(Dataset entries)
BEGIN

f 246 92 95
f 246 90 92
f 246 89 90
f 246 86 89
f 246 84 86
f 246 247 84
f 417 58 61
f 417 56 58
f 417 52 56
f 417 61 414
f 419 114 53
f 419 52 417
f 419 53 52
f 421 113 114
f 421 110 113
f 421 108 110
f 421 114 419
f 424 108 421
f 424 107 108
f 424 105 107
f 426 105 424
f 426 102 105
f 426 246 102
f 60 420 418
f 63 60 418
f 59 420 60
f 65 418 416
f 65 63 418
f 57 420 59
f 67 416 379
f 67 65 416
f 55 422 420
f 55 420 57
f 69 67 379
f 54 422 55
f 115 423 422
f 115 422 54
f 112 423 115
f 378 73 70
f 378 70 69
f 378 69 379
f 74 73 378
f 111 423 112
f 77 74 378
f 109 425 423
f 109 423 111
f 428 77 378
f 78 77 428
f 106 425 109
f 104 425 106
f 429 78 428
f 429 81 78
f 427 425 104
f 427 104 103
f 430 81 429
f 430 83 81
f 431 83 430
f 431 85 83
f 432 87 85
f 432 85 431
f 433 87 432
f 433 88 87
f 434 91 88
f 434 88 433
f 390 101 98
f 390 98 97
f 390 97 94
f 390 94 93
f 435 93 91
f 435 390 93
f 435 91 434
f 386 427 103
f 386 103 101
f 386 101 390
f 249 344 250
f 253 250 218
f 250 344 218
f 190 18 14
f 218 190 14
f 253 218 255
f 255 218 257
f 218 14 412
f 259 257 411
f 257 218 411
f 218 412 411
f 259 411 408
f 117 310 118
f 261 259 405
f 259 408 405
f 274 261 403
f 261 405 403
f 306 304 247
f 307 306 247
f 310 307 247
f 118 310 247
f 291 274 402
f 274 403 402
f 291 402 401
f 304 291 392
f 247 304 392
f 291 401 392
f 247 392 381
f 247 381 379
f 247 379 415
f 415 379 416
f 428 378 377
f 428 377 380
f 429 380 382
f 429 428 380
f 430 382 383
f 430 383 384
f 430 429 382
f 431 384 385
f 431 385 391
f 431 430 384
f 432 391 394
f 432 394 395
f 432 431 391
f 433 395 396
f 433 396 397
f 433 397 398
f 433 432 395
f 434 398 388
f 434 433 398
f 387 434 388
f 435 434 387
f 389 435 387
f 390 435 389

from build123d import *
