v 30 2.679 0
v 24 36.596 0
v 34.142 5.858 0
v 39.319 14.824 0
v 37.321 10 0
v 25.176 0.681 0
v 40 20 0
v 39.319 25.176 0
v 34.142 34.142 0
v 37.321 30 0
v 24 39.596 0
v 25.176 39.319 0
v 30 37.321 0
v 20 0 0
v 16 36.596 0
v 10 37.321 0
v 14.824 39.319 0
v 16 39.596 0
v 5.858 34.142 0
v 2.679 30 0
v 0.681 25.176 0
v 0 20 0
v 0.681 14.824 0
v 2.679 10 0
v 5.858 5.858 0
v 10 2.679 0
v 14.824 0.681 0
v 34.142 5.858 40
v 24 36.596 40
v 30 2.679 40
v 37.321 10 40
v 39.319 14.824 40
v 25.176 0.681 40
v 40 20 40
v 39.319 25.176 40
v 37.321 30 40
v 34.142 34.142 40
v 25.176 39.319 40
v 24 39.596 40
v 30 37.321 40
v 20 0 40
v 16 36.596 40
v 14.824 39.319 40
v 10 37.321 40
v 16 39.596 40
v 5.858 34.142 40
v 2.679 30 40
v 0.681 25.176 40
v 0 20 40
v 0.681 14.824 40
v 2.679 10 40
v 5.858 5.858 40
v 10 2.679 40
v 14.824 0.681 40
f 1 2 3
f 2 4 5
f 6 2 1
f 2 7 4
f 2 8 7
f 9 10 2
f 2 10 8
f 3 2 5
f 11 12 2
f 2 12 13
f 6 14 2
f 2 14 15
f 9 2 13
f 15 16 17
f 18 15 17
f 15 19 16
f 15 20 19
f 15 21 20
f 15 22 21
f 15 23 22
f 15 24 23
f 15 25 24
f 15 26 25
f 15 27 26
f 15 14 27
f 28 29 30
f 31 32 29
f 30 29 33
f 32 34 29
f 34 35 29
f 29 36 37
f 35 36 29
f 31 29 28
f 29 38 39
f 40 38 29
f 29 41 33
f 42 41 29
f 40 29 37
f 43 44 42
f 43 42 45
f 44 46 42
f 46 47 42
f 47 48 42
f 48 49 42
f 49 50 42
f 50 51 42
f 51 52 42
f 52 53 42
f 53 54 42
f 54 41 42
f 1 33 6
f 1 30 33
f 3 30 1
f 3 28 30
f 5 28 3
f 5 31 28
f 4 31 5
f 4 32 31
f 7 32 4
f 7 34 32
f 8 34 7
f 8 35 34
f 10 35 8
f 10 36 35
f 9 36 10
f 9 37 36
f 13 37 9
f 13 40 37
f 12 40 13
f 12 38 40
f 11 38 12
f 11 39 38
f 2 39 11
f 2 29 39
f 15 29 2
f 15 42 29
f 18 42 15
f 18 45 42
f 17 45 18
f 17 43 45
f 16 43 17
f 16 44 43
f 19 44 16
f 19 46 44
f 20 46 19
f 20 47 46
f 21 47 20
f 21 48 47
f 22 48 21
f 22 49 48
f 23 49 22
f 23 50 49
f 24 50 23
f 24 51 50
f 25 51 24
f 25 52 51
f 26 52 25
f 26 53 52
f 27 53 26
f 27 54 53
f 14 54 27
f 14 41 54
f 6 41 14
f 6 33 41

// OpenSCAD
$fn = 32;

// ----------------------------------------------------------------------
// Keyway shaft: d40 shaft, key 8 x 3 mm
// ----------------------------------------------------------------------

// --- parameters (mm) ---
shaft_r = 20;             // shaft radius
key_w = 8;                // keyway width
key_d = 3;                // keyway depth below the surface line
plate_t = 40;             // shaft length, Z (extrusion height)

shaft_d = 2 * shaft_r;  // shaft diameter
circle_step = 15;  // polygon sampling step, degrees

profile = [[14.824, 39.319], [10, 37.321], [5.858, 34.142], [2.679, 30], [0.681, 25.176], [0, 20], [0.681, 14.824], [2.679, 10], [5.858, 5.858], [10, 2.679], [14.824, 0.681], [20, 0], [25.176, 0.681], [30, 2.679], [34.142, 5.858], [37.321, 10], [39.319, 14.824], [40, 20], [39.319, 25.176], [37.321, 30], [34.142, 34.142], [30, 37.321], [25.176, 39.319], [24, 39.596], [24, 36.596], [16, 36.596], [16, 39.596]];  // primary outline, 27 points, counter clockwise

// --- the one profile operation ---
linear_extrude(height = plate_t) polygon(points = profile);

END

Required action
Copy the data above exactly. Every line must be included.

Solution to this task
f 246 92 95
f 246 90 92
f 246 89 90
f 246 86 89
f 246 84 86
f 246 247 84
f 417 58 61
f 417 56 58
f 417 52 56
f 417 61 414
f 419 114 53
f 419 52 417
f 419 53 52
f 421 113 114
f 421 110 113
f 421 108 110
f 421 114 419
f 424 108 421
f 424 107 108
f 424 105 107
f 426 105 424
f 426 102 105
f 426 246 102
f 60 420 418
f 63 60 418
f 59 420 60
f 65 418 416
f 65 63 418
f 57 420 59
f 67 416 379
f 67 65 416
f 55 422 420
f 55 420 57
f 69 67 379
f 54 422 55
f 115 423 422
f 115 422 54
f 112 423 115
f 378 73 70
f 378 70 69
f 378 69 379
f 74 73 378
f 111 423 112
f 77 74 378
f 109 425 423
f 109 423 111
f 428 77 378
f 78 77 428
f 106 425 109
f 104 425 106
f 429 78 428
f 429 81 78
f 427 425 104
f 427 104 103
f 430 81 429
f 430 83 81
f 431 83 430
f 431 85 83
f 432 87 85
f 432 85 431
f 433 87 432
f 433 88 87
f 434 91 88
f 434 88 433
f 390 101 98
f 390 98 97
f 390 97 94
f 390 94 93
f 435 93 91
f 435 390 93
f 435 91 434
f 386 427 103
f 386 103 101
f 386 101 390
f 249 344 250
f 253 250 218
f 250 344 218
f 190 18 14
f 218 190 14
f 253 218 255
f 255 218 257
f 218 14 412
f 259 257 411
f 257 218 411
f 218 412 411
f 259 411 408
f 117 310 118
f 261 259 405
f 259 408 405
f 274 261 403
f 261 405 403
f 306 304 247
f 307 306 247
f 310 307 247
f 118 310 247
f 291 274 402
f 274 403 402
f 291 402 401
f 304 291 392
f 247 304 392
f 291 401 392
f 247 392 381
f 247 381 379
f 247 379 415
f 415 379 416
f 428 378 377
f 428 377 380
f 429 380 382
f 429 428 380
f 430 382 383
f 430 383 384
f 430 429 382
f 431 384 385
f 431 385 391
f 431 430 384
f 432 391 394
f 432 394 395
f 432 431 391
f 433 395 396
f 433 396 397
f 433 397 398
f 433 432 395
f 434 398 388
f 434 433 398
f 387 434 388
f 435 434 387
f 389 435 387
f 390 435 389

from build123d import *
v 30 2.679 0
v 24 36.596 0
v 34.142 5.858 0
v 39.319 14.824 0
v 37.321 10 0
v 25.176 0.681 0
v 40 20 0
v 39.319 25.176 0
v 34.142 34.142 0
v 37.321 30 0
v 24 39.596 0
v 25.176 39.319 0
v 30 37.321 0
v 20 0 0
v 16 36.596 0
v 10 37.321 0
v 14.824 39.319 0
v 16 39.596 0
v 5.858 34.142 0
v 2.679 30 0
v 0.681 25.176 0
v 0 20 0
v 0.681 14.824 0
v 2.679 10 0
v 5.858 5.858 0
v 10 2.679 0
v 14.824 0.681 0
v 34.142 5.858 40
v 24 36.596 40
v 30 2.679 40
v 37.321 10 40
v 39.319 14.824 40
v 25.176 0.681 40
v 40 20 40
v 39.319 25.176 40
v 37.321 30 40
v 34.142 34.142 40
v 25.176 39.319 40
v 24 39.596 40
v 30 37.321 40
v 20 0 40
v 16 36.596 40
v 14.824 39.319 40
v 10 37.321 40
v 16 39.596 40
v 5.858 34.142 40
v 2.679 30 40
v 0.681 25.176 40
v 0 20 40
v 0.681 14.824 40
v 2.679 10 40
v 5.858 5.858 40
v 10 2.679 40
v 14.824 0.681 40
f 1 2 3
f 2 4 5
f 6 2 1
f 2 7 4
f 2 8 7
f 9 10 2
f 2 10 8
f 3 2 5
f 11 12 2
f 2 12 13
f 6 14 2
f 2 14 15
f 9 2 13
f 15 16 17
f 18 15 17
f 15 19 16
f 15 20 19
f 15 21 20
f 15 22 21
f 15 23 22
f 15 24 23
f 15 25 24
f 15 26 25
f 15 27 26
f 15 14 27
f 28 29 30
f 31 32 29
f 30 29 33
f 32 34 29
f 34 35 29
f 29 36 37
f 35 36 29
f 31 29 28
f 29 38 39
f 40 38 29
f 29 41 33
f 42 41 29
f 40 29 37
f 43 44 42
f 43 42 45
f 44 46 42
f 46 47 42
f 47 48 42
f 48 49 42
f 49 50 42
f 50 51 42
f 51 52 42
f 52 53 42
f 53 54 42
f 54 41 42
f 1 33 6
f 1 30 33
f 3 30 1
f 3 28 30
f 5 28 3
f 5 31 28
f 4 31 5
f 4 32 31
f 7 32 4
f 7 34 32
f 8 34 7
f 8 35 34
f 10 35 8
f 10 36 35
f 9 36 10
f 9 37 36
f 13 37 9
f 13 40 37
f 12 40 13
f 12 38 40
f 11 38 12
f 11 39 38
f 2 39 11
f 2 29 39
f 15 29 2
f 15 42 29
f 18 42 15
f 18 45 42
f 17 45 18
f 17 43 45
f 16 43 17
f 16 44 43
f 19 44 16
f 19 46 44
f 20 46 19
f 20 47 46
f 21 47 20
f 21 48 47
f 22 48 21
f 22 49 48
f 23 49 22
f 23 50 49
f 24 50 23
f 24 51 50
f 25 51 24
f 25 52 51
f 26 52 25
f 26 53 52
f 27 53 26
f 27 54 53
f 14 54 27
f 14 41 54
f 6 41 14
f 6 33 41

// OpenSCAD
$fn = 32;

// ----------------------------------------------------------------------
// Keyway shaft: d40 shaft, key 8 x 3 mm
// ----------------------------------------------------------------------

// --- parameters (mm) ---
shaft_r = 20;             // shaft radius
key_w = 8;                // keyway width
key_d = 3;                // keyway depth below the surface line
plate_t = 40;             // shaft length, Z (extrusion height)

shaft_d = 2 * shaft_r;  // shaft diameter
circle_step = 15;  // polygon sampling step, degrees

profile = [[14.824, 39.319], [10, 37.321], [5.858, 34.142], [2.679, 30], [0.681, 25.176], [0, 20], [0.681, 14.824], [2.679, 10], [5.858, 5.858], [10, 2.679], [14.824, 0.681], [20, 0], [25.176, 0.681], [30, 2.679], [34.142, 5.858], [37.321, 10], [39.319, 14.824], [40, 20], [39.319, 25.176], [37.321, 30], [34.142, 34.142], [30, 37.321], [25.176, 39.319], [24, 39.596], [24, 36.596], [16, 36.596], [16, 39.596]];  // primary outline, 27 points, counter clockwise

// --- the one profile operation ---
linear_extrude(height = plate_t) polygon(points = profile);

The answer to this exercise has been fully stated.